King composed many of his speeches at Penn, including his "I Have a Dream" speech, which he wrote while staying in the Hastings Gantt cottage where he often retreated. At Penn, King was able to voice publicly his unpopular anti-Vietnam stance and his concerns for the 40 million Americans living in poverty which led to his strongly held belief that there was something intrinsically wrong with capitalism. It was at the Penn Center that King explained what threatened the Beloved Community, the "three basic evils in America: the evil of racism, the evil of excessive materialism, the evil of militarism," which he called the "inseparable triplets" that any movement would necessarily have to address in order to elicit change.

According to Burton and Cross, even though Penn Center was remote, it still faced opposition from some white people regarding King's visits.

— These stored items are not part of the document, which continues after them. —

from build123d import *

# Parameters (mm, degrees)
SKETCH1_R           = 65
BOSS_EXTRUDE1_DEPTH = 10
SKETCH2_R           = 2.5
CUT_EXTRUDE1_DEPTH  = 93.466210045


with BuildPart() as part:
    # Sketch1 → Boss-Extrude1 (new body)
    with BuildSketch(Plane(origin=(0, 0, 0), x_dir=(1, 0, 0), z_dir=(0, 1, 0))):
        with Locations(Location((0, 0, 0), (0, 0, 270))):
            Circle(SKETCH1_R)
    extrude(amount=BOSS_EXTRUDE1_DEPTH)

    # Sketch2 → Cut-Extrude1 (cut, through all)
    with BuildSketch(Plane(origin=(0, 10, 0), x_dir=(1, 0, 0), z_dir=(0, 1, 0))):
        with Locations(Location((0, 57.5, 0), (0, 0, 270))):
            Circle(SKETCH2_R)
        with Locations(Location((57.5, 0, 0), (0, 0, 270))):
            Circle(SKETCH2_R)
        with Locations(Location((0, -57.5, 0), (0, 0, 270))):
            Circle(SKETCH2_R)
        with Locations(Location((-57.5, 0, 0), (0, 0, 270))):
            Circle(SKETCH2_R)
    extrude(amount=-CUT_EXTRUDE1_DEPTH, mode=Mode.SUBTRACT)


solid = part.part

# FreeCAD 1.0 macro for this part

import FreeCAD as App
import Part
import Sketcher
Q = App.Units.Quantity

doc = App.newDocument("Part")
body = doc.addObject("PartDesign::Body", "Body")

sketch1 = body.newObject("Sketcher::SketchObject", "Sketch")
sketch1.AttachmentSupport = (doc.getObject("XZ_Plane"), [""])
sketch1.MapMode = "FlatFace"
sketch1.addGeometry(Part.Circle(App.Vector(0, 0, 0), App.Vector(0, 0, 1), 65), False)
sketch1.addConstraint(Sketcher.Constraint("Coincident", 0, 3, -1, 1))
sketch1.addConstraint(Sketcher.Constraint("Diameter", 0, Q("130 mm")))
pad1 = body.newObject("PartDesign::Pad", "Pad")
pad1.Profile = sketch1
pad1.Length = 10
pad1.Reversed = True

sketch2 = body.newObject("Sketcher::SketchObject", "Sketch001")
sketch2.AttachmentSupport = (doc.getObject("XZ_Plane"), [""])
sketch2.MapMode = "FlatFace"
sketch2.AttachmentOffset = App.Placement(App.Vector(0, 0, -10), App.Rotation())
sketch2.addGeometry(Part.Circle(App.Vector(0, -57.5, 0), App.Vector(0, 0, 1), 2.5), False)
sketch2.addGeometry(Part.Circle(App.Vector(57.5, 0, 0), App.Vector(0, 0, 1), 2.5), False)
sketch2.addGeometry(Part.Circle(App.Vector(0, 57.5, 0), App.Vector(0, 0, 1), 2.5), False)
sketch2.addGeometry(Part.Circle(App.Vector(-57.5, 0, 0), App.Vector(0, 0, 1), 2.5), False)
sketch2.addConstraint(Sketcher.Constraint("Equal", 0, 1))
sketch2.addConstraint(Sketcher.Constraint("Equal", 1, 2))
sketch2.addConstraint(Sketcher.Constraint("Equal", 2, 3))
sketch2.addConstraint(Sketcher.Constraint("Symmetric", 0, 3, 2, 3, -1, 1))
sketch2.addConstraint(Sketcher.Constraint("Symmetric", 1, 3, 3, 3, -1, 1))
sketch2.addConstraint(Sketcher.Constraint("PointOnObject", 0, 3, -2))
sketch2.addConstraint(Sketcher.Constraint("PointOnObject", 1, 3, -1))
sketch2.addConstraint(Sketcher.Constraint("Diameter", 0, Q("5 mm")))
sketch2.addConstraint(Sketcher.Constraint("DistanceY", 0, 3, 2, 3, Q("115 mm")))
sketch2.addConstraint(Sketcher.Constraint("DistanceX", 3, 3, 1, 3, Q("115 mm")))
pocket1 = body.newObject("PartDesign::Pocket", "Pocket")
pocket1.Profile = sketch2
pocket1.Type = "ThroughAll"
pocket1.Reversed = True

doc.recompute()
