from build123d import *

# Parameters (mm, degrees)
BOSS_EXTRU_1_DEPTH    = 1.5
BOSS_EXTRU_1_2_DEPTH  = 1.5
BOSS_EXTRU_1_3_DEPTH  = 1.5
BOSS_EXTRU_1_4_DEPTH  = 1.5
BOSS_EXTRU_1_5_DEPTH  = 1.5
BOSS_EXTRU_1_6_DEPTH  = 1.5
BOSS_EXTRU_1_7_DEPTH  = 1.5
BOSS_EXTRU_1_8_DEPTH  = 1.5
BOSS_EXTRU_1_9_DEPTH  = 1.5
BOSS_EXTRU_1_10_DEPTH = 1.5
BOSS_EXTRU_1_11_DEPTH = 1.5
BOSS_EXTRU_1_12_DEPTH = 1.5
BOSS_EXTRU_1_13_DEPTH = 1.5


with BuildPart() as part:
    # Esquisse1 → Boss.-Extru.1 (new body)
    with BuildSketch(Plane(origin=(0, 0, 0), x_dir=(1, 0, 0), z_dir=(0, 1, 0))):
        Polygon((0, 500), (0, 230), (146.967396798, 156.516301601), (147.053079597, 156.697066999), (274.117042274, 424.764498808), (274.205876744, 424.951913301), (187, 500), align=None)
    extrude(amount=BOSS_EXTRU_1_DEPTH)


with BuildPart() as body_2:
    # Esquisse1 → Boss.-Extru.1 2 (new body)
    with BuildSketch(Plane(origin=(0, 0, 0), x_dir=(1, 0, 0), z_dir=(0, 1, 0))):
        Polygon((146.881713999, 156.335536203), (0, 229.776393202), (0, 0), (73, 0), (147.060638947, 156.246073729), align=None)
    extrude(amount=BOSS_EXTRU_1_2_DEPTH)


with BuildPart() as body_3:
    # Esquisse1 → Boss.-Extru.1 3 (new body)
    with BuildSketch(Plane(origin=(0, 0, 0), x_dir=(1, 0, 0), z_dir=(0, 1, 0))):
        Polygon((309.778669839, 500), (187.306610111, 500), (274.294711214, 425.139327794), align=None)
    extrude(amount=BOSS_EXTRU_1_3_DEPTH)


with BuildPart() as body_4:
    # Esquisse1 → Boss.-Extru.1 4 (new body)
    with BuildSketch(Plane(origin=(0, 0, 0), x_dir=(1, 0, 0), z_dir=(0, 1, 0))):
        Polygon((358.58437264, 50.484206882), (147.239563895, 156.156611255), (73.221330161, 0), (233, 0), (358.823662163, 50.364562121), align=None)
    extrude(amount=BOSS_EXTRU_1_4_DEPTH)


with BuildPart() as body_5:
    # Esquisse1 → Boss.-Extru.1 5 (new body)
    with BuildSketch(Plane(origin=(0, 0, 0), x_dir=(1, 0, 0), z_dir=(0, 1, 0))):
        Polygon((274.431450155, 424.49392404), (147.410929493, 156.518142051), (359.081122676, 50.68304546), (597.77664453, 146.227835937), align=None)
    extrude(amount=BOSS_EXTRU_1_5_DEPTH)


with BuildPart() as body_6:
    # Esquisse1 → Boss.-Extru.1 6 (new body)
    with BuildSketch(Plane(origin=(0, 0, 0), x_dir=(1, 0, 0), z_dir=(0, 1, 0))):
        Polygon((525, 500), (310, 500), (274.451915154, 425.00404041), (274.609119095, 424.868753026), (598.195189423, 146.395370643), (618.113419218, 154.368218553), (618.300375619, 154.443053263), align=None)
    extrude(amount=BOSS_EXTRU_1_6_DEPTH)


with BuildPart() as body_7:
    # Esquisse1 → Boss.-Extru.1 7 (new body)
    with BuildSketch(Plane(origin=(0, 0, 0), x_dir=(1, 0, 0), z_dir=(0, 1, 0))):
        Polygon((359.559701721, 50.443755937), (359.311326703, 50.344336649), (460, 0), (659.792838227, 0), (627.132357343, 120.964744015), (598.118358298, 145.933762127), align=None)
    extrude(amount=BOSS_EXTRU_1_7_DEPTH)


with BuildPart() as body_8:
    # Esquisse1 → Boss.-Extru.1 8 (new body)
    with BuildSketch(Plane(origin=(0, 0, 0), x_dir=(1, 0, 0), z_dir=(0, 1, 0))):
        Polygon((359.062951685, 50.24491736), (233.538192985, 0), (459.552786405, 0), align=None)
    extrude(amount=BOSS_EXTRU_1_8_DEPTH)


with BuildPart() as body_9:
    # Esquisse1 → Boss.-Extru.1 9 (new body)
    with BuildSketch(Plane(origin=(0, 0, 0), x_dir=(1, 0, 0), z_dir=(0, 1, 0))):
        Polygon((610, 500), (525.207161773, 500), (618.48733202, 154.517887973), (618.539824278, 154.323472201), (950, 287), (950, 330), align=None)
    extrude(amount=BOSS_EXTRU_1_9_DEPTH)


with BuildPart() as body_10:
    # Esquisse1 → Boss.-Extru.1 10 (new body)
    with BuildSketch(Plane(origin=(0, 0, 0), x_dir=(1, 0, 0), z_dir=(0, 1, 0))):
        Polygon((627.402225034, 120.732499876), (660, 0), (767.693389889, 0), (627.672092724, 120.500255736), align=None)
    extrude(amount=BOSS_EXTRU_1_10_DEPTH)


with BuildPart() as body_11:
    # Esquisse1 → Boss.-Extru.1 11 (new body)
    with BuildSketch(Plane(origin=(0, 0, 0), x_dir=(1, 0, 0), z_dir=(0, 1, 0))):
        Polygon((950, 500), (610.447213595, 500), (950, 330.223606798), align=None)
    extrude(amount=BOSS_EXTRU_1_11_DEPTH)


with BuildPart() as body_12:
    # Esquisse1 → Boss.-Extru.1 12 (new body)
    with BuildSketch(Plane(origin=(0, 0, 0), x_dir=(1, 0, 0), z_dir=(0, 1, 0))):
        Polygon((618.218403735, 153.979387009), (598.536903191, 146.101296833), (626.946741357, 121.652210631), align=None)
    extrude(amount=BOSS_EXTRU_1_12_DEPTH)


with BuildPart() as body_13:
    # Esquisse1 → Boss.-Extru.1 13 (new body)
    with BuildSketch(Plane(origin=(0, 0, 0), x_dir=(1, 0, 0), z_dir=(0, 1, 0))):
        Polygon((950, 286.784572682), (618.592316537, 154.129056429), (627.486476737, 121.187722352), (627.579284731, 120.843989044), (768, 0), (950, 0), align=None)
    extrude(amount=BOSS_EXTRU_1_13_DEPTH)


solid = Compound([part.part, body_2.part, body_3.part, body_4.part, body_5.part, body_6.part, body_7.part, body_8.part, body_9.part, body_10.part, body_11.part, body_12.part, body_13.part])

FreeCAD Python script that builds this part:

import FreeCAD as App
import Part
import Sketcher
Q = App.Units.Quantity


def add_polygon(sketch, points):
    """Adds a closed chain of lines whose ends are joined by coincident constraints."""
    first, n = sketch.GeometryCount, len(points)
    for a, b in zip(points, points[1:] + points[:1]):
        sketch.addGeometry(Part.LineSegment(App.Vector(*a, 0), App.Vector(*b, 0)), False)
    for i in range(n):
        sketch.addConstraint(Sketcher.Constraint("Coincident", first + i, 2, first + (i + 1) % n, 1))

doc = App.newDocument("Part")
body = doc.addObject("PartDesign::Body", "Body")

# Sketch on XZ plane
sketch1 = body.newObject("Sketcher::SketchObject", "Sketch")
sketch1.AttachmentSupport = (doc.getObject("XZ_Plane"), [""])
sketch1.MapMode = "FlatFace"
add_polygon(sketch1, [(0, -500), (0, -230), (146.967397, -156.516302), (147.05308, -156.697067), (274.117042, -424.764499), (274.205877, -424.951913), (187, -500)])  # lines 0-6
sketch1.addConstraint([
    Sketcher.Constraint("Vertical", 0),
    Sketcher.Constraint("Horizontal", 6),
    Sketcher.Constraint("PointOnObject", 0, 2, -2),
    Sketcher.Constraint("Parallel", 2, 3),
    Sketcher.Constraint("Parallel", 3, 4),
    Sketcher.Constraint("DistanceX", 6, 2, 6, 1, Q("187 mm")),
    Sketcher.Constraint("DistanceY", 0, 1, 0, 2, Q("270 mm")),
    Sketcher.Constraint("DistanceY", 0, 2, -1, 1, Q("230 mm")),
    Sketcher.Constraint("DistanceY", 1, 2, -1, 1, Q("156.516302 mm")),
    Sketcher.Constraint("DistanceY", 3, 2, -1, 1, Q("424.764499 mm")),
    Sketcher.Constraint("Distance", 3, Q("296.657039 mm")),
    Sketcher.Constraint("Distance", 5, Q("115.052511 mm")),
    Sketcher.Constraint("DistanceX", -1, 1, 2, 2, Q("147.05308 mm")),
    Sketcher.Constraint("DistanceY", 3, 2, 2, 2, Q("268.067432 mm")),
])
pad1 = body.newObject("PartDesign::Pad", "Pad")
pad1.Profile = sketch1
pad1.Length = 1.5
pad1.Reversed = True
body2 = doc.addObject("PartDesign::Body", "Body001")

Walter Mack, a future executive director of Penn, told the authors how the community worked together to keep King out of the public eye: "The record of him coming was kept secret, even from the local sheriff ... They wouldn't tell anybody. You never knew who would want to hurt Dr. King."

Gantt Cottage, MLK
The Hastings Gantt cottage at Penn Center, where MLK wrote his iconic "I Have a Dream" speech.
Screen shot from YouTube/HowStuffWorks

Joseph McDomick, retired Magistrate of St. Helena Island, said, "Even when he came here, it had to be kept secret ... We couldn't notify any law enforcement people because we didn't know who would be in that little group that would be after doing him in."

In December 1967 King held his fifth and final meeting with the SCLC at Penn. They discussed the Poor People's Campaign, and King told the gathering, "I don't know if I'll see all of you before April, but I send you forth."

Four months later, on April 4, 1968, he was assassinated at the Lorraine Motel in Memphis, Tennessee, the day after he'd told striking sanitation workers, "We've got to give ourselves to this struggle until the end."

Late lowcountry author Pat Conroy, who attended high school in Beaufort, South Carolina and wrote lovingly and extensively about the Sea Islands in books like "The Water Is Wide" and "The Prince of Tides," and who'd met Martin Luther King, Jr., Julian Bond and other civil rights leaders at Penn, said in a 2010 speech on its campus, "I watched my whole country change because of meetings that had taken place at Penn Center."

In a Nov. 11, 2016 article published in The Hill, current executive director, Dr. Rodell Lawrence, wrote, "Most Americans came from somewhere else to this continent and Penn Center provides us with a direct link to the African origins of slaves that occupied America's southeastern seaboard. It is a window to a place in which many African Americans emerged from bondage, and set out on a new journey as free men and women. It is a place and a time to celebrate. Penn Center vividly embodies the American ideal of "liberty and justice for all" and in every sense is a true historic national monument."

To that end, President Barack Obama, by executive order, made a swath of Beaufort County, South Carolina, including the Penn Center, a National Historical Monument to the Reconstruction Era one week before he left office in January 2017.